What do the lines say from the start of the entries through the one containing "#259=FACE_BOUND('',#258,.T.);"? Repeat them exactly.

(Records from a data collection)
<<<<

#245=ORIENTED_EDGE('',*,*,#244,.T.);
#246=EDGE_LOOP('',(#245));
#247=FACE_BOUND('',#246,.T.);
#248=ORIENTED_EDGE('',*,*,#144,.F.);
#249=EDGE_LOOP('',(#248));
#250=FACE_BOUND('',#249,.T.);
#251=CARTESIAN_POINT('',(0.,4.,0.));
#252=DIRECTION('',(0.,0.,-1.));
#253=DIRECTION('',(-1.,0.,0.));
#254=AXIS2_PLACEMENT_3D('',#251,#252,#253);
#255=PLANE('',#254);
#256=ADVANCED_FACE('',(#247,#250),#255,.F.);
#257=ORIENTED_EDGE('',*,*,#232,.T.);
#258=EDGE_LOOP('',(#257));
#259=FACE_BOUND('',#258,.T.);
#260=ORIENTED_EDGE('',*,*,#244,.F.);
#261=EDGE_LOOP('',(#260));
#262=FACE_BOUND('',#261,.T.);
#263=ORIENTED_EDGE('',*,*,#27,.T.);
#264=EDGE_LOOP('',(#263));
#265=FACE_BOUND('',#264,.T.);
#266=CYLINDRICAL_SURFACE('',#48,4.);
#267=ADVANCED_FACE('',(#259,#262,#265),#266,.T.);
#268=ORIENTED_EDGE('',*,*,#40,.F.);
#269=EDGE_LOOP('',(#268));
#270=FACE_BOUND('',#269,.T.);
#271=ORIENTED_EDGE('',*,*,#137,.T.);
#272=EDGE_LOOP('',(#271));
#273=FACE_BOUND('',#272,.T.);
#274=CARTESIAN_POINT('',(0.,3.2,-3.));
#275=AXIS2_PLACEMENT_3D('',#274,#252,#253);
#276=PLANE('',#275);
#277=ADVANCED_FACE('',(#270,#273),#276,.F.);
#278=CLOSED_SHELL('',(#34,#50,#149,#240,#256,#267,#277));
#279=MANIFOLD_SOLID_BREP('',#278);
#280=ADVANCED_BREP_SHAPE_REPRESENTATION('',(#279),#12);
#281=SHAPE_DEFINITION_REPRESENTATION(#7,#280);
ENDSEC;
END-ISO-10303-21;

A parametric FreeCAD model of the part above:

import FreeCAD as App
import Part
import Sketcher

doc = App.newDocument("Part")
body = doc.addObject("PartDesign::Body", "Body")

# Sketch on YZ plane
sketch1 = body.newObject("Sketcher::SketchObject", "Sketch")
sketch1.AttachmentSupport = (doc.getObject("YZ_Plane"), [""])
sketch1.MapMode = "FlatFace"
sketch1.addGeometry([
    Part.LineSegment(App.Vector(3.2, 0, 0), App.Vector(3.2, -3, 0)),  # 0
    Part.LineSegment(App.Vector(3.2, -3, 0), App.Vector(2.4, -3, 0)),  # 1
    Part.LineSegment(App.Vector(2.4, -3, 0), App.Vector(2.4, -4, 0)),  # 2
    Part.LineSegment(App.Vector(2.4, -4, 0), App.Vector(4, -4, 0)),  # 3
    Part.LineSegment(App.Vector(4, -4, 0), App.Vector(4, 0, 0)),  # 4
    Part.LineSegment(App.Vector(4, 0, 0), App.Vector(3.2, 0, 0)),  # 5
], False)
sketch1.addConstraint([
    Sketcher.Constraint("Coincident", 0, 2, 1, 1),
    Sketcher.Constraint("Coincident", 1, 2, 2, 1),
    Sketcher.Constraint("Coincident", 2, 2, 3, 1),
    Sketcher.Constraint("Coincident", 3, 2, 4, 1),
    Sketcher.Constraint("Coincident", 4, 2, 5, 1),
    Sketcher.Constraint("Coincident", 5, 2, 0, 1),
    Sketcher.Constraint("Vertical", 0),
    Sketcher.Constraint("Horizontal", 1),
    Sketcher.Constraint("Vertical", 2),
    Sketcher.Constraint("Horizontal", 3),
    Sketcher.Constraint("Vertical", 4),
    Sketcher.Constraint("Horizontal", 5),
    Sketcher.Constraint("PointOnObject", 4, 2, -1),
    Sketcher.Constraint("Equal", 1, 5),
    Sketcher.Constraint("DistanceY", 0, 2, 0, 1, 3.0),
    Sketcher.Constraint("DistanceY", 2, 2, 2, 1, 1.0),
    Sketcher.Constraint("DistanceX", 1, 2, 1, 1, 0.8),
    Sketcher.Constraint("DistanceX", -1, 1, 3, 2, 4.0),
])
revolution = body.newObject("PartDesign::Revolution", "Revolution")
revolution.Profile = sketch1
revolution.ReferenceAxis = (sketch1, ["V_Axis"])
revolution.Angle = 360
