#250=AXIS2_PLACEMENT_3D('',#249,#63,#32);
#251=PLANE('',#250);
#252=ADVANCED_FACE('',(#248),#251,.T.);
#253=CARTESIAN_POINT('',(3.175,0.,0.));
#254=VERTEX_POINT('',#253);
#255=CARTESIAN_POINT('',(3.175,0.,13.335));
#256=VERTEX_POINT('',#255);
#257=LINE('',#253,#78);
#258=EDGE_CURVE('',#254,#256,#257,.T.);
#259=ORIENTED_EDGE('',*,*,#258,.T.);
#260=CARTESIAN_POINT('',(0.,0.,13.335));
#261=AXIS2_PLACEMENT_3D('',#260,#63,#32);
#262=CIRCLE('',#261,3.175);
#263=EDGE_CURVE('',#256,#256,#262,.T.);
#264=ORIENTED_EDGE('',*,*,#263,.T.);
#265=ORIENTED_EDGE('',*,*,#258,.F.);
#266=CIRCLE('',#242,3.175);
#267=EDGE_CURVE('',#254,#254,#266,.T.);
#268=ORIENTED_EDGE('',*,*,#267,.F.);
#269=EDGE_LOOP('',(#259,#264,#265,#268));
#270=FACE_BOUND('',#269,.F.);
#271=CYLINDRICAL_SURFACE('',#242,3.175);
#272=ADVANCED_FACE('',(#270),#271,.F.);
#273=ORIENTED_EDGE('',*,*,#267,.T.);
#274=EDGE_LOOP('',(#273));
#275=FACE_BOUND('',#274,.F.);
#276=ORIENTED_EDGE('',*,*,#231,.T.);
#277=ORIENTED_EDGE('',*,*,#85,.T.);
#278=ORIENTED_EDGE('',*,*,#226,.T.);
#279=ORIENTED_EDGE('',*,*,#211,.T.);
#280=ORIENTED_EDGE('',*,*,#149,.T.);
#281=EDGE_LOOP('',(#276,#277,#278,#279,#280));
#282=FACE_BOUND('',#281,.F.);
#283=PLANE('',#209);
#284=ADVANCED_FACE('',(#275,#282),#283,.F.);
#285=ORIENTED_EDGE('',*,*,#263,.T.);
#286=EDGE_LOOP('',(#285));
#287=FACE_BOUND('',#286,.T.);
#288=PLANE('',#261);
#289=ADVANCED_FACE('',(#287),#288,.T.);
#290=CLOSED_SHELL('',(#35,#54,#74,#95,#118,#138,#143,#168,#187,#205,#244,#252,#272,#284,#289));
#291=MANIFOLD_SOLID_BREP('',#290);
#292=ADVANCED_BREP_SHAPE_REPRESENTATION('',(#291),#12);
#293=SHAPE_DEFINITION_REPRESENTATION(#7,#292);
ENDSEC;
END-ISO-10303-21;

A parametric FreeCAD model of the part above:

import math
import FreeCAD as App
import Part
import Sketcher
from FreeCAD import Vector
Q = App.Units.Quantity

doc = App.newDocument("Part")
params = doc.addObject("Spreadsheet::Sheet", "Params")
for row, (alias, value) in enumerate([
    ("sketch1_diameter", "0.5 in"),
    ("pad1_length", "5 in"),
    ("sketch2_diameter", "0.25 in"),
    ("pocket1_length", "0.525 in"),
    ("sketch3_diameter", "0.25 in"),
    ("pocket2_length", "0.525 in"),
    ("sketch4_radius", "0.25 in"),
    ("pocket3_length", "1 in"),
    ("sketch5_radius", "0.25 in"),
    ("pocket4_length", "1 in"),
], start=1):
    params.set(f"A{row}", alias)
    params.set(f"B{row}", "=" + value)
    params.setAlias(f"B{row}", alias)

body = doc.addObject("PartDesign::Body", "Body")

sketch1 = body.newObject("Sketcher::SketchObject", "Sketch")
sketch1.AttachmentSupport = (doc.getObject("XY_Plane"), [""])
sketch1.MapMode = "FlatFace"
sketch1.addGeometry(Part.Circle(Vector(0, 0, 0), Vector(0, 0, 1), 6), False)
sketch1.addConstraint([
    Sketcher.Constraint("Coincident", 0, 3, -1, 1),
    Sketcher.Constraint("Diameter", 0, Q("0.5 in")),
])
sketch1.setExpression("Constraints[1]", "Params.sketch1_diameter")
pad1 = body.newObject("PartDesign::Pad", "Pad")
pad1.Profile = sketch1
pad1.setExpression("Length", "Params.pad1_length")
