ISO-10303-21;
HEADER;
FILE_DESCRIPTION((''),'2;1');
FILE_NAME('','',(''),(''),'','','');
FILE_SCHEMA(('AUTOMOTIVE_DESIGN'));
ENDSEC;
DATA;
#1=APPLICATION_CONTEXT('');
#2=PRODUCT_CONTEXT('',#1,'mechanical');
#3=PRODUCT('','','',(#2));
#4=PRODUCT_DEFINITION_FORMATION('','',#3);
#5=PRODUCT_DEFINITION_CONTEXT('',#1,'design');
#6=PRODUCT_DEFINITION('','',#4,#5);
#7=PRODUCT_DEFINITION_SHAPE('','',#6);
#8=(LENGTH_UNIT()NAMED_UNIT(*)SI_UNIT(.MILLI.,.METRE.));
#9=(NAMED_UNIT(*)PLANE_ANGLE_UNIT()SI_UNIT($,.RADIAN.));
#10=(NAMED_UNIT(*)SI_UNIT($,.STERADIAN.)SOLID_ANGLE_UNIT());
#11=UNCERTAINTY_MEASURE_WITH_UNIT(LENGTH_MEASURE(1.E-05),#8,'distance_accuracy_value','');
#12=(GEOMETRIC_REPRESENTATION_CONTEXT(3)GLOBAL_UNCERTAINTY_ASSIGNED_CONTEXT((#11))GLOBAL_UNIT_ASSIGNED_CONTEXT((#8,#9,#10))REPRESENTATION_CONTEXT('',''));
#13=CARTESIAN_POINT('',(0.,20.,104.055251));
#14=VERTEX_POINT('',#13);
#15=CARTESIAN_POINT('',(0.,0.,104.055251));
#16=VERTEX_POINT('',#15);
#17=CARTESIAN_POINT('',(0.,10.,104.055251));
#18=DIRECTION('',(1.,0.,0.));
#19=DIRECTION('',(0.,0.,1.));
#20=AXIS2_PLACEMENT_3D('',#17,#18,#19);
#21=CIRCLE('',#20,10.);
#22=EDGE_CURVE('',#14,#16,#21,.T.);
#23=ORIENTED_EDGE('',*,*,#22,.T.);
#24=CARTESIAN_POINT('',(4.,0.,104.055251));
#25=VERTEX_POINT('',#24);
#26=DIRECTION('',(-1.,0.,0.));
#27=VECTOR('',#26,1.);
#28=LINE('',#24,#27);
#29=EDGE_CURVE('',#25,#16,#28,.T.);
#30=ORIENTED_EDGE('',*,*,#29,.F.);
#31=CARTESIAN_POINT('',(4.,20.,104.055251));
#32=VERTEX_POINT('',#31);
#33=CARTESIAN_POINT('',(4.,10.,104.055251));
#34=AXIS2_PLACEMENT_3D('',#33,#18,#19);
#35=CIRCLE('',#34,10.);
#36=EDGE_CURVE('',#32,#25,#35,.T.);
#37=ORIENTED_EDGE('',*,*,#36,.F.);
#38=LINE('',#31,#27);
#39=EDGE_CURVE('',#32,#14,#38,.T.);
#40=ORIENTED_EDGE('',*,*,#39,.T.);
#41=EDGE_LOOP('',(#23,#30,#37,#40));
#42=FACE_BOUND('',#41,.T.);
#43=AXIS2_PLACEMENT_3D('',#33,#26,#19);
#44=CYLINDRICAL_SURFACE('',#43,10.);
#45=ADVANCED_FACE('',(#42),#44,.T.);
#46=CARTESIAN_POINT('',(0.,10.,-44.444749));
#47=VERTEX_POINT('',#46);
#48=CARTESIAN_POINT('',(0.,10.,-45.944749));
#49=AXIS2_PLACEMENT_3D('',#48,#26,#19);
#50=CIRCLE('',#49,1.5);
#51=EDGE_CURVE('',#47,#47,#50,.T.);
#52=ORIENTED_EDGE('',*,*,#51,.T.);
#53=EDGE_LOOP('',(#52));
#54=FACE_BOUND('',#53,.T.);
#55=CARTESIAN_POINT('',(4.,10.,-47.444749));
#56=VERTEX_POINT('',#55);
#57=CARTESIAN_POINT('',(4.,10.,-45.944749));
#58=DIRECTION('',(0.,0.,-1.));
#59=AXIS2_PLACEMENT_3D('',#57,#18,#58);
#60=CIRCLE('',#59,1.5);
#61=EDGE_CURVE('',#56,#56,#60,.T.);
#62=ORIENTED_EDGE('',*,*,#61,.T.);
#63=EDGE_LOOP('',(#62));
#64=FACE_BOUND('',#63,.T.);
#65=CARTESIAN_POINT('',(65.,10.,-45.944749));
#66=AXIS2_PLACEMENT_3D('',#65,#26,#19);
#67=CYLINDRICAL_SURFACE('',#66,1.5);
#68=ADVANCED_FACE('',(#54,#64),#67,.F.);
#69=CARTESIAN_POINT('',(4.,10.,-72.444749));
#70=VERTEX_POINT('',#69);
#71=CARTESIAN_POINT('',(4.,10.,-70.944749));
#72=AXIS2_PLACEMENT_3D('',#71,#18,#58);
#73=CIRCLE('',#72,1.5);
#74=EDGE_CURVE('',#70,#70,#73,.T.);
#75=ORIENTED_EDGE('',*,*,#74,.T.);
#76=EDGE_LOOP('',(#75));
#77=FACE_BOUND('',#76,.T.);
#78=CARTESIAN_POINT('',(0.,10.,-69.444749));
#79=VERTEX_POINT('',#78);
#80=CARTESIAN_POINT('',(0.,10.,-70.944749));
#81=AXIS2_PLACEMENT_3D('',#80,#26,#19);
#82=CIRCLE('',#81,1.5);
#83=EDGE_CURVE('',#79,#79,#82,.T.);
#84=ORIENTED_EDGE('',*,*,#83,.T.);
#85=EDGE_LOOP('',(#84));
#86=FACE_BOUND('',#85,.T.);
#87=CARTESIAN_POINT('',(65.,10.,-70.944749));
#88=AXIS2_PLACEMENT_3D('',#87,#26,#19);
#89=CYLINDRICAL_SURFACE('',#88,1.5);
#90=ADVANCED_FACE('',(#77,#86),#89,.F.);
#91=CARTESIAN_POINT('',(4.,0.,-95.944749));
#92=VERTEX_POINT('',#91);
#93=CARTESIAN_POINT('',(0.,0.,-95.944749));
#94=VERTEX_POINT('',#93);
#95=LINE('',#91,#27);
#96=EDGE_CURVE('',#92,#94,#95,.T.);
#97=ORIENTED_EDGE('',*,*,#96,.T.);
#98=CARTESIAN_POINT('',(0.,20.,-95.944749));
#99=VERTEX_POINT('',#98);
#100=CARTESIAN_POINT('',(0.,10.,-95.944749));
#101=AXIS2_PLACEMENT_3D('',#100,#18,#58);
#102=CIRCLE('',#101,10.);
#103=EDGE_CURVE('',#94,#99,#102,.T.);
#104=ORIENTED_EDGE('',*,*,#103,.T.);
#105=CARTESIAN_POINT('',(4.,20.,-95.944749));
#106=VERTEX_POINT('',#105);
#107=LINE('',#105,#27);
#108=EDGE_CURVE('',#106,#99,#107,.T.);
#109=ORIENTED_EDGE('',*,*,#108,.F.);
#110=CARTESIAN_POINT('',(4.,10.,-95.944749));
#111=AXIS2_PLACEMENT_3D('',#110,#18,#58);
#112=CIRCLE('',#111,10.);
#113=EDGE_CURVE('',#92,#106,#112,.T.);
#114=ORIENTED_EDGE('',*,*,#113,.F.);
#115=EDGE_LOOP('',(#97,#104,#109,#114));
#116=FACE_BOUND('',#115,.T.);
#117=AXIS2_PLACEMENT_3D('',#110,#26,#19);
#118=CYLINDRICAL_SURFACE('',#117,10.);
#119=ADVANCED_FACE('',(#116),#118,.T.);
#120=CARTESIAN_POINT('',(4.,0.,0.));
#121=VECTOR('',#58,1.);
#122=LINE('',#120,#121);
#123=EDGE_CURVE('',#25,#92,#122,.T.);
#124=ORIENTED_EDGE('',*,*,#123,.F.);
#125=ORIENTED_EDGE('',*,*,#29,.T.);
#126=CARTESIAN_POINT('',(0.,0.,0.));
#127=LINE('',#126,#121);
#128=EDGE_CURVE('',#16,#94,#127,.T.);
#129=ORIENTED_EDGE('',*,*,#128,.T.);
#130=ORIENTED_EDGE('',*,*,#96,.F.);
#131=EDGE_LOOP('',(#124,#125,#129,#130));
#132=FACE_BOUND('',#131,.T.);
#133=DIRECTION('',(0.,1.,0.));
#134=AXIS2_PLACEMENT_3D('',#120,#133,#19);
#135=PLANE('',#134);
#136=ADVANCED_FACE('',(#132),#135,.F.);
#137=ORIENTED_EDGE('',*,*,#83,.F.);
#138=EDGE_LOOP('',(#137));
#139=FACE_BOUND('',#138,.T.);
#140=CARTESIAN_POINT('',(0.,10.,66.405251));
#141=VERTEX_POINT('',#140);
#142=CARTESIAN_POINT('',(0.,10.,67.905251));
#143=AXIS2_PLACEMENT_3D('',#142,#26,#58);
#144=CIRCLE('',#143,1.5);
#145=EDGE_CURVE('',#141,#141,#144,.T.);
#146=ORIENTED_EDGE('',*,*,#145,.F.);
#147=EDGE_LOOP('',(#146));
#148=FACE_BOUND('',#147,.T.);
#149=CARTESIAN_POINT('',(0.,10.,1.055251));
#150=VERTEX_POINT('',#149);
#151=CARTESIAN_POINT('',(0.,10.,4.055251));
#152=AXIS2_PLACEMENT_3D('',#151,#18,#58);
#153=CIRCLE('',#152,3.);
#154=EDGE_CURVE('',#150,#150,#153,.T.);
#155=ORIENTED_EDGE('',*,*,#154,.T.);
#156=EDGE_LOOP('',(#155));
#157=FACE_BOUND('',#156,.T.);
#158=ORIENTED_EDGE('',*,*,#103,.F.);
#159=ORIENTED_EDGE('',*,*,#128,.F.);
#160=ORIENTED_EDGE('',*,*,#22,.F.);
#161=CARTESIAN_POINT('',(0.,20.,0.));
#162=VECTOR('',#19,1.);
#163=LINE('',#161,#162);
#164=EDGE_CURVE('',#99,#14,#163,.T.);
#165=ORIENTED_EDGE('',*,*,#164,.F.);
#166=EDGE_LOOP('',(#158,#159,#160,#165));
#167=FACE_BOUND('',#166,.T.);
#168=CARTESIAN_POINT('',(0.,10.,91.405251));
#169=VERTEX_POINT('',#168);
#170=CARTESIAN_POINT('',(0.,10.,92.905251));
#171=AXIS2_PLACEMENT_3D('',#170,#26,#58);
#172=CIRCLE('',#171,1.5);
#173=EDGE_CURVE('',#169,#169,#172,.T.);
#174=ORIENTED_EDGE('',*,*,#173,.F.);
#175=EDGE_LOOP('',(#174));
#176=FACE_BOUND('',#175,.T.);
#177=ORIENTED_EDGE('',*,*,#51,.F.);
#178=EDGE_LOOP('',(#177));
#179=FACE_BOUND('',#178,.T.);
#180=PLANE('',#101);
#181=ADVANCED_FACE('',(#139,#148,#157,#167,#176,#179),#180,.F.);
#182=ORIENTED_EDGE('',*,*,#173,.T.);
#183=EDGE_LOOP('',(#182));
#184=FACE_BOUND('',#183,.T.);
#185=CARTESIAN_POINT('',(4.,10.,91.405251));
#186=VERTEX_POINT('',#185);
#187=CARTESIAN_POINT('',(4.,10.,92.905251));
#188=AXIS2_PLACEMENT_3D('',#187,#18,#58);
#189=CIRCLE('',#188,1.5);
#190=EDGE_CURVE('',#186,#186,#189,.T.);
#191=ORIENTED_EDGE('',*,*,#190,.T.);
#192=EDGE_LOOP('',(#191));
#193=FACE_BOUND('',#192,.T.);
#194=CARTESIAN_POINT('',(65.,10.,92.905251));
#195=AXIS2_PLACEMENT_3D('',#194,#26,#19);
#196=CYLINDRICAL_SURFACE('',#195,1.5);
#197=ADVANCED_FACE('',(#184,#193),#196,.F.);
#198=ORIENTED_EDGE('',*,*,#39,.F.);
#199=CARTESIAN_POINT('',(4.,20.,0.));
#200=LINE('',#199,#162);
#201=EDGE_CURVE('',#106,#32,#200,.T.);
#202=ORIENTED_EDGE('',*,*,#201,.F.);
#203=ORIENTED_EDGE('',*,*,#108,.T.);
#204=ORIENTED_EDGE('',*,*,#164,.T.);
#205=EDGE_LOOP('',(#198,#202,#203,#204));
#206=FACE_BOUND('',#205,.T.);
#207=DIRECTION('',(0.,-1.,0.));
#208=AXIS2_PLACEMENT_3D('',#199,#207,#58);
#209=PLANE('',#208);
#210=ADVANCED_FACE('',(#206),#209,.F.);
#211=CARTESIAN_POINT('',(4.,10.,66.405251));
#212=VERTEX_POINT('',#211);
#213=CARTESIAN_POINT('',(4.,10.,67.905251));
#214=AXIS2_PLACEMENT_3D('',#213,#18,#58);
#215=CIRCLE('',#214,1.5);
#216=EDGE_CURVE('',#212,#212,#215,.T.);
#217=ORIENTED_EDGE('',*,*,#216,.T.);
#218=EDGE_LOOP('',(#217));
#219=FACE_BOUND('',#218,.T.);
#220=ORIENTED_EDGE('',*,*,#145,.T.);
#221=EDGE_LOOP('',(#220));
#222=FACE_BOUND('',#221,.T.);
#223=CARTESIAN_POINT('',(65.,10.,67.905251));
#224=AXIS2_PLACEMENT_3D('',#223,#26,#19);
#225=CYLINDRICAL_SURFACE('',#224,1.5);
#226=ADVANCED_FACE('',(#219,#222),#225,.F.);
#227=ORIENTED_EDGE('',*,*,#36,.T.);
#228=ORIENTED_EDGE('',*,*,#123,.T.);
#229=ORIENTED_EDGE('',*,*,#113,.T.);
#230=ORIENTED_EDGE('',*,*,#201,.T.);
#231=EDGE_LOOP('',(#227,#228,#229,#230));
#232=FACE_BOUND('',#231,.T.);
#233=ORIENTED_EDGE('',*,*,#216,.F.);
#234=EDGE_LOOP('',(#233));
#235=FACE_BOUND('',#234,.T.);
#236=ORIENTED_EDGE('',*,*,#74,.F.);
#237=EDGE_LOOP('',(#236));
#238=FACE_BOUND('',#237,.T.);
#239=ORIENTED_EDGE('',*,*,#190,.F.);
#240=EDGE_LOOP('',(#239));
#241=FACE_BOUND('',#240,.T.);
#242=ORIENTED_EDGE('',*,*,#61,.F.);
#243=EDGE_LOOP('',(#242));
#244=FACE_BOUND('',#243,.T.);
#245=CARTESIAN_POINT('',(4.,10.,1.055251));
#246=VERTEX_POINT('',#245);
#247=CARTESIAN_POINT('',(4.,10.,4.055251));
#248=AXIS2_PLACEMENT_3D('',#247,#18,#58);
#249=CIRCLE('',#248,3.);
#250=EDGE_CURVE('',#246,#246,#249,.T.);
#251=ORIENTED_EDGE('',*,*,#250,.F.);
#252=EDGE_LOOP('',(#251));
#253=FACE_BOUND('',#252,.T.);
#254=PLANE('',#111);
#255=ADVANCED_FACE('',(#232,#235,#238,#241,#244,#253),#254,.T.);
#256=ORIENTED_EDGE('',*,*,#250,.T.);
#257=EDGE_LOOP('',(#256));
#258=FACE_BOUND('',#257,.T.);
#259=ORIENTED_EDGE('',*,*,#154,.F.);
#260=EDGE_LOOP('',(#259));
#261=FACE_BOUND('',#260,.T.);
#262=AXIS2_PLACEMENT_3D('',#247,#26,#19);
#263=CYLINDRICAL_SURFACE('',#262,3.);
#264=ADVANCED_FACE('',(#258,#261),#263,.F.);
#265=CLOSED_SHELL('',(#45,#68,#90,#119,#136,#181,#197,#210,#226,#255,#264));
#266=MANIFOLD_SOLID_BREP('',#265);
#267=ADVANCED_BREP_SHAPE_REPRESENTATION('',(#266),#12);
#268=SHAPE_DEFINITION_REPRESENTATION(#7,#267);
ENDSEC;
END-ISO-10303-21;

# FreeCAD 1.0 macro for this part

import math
import FreeCAD as App
import Part
import Sketcher

V = App.Vector
Q = App.Units.Quantity

doc = App.newDocument("Part")
params = doc.addObject("Spreadsheet::Sheet", "Params")
for row, (alias, value) in enumerate([
    ("sketch1_diameter", "6 mm"),
    ("sketch1_radius", "10 mm"),
    ("sketch1_height", "200 mm"),
    ("pad1_length", "4 mm"),
    ("sketch2_diameter", "3 mm"),
    ("pocket1_length", "65 mm"),
], start=1):
    params.set(f"A{row}", alias)
    params.set(f"B{row}", "=" + value)
    params.setAlias(f"B{row}", alias)

body = doc.addObject("PartDesign::Body", "Body")

sketch1 = doc.addObject("Sketcher::SketchObject", "Sketch")
body.addObject(sketch1)
sketch1.AttachmentSupport = (doc.YZ_Plane, [""])
sketch1.MapMode = "FlatFace"
sketch1.addGeometry(Part.ArcOfCircle(Part.Circle(V(10, 104.055251, 0), V(0, 0, 1), 10), math.radians(0), math.radians(180)), False)
sketch1.addGeometry(Part.LineSegment(V(0, 104.055251, 0), V(0, -95.944749, 0)), False)
sketch1.addGeometry(Part.ArcOfCircle(Part.Circle(V(10, -95.944749, 0), V(0, 0, 1), 10), math.radians(180), math.radians(360)), False)
sketch1.addGeometry(Part.LineSegment(V(20, -95.944749, 0), V(20, 104.055251, 0)), False)
sketch1.addGeometry(Part.Circle(V(10, 4.055251, 0), V(0, 0, 1), 3), False)
sketch1.addConstraint(Sketcher.Constraint("Tangent", 0, 2, 1, 1))
sketch1.addConstraint(Sketcher.Constraint("Tangent", 1, 2, 2, 1))
sketch1.addConstraint(Sketcher.Constraint("Tangent", 2, 2, 3, 1))
sketch1.addConstraint(Sketcher.Constraint("Tangent", 3, 2, 0, 1))
sketch1.addConstraint(Sketcher.Constraint("Vertical", 1))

>>>>

Finished exercise ->
#245=ORIENTED_EDGE('',*,*,#244,.T.);
#246=EDGE_LOOP('',(#245));
#247=FACE_BOUND('',#246,.T.);
#248=ORIENTED_EDGE('',*,*,#144,.F.);
#249=EDGE_LOOP('',(#248));
#250=FACE_BOUND('',#249,.T.);
#251=CARTESIAN_POINT('',(0.,4.,0.));
#252=DIRECTION('',(0.,0.,-1.));
#253=DIRECTION('',(-1.,0.,0.));
#254=AXIS2_PLACEMENT_3D('',#251,#252,#253);
#255=PLANE('',#254);
#256=ADVANCED_FACE('',(#247,#250),#255,.F.);
#257=ORIENTED_EDGE('',*,*,#232,.T.);
#258=EDGE_LOOP('',(#257));
#259=FACE_BOUND('',#258,.T.);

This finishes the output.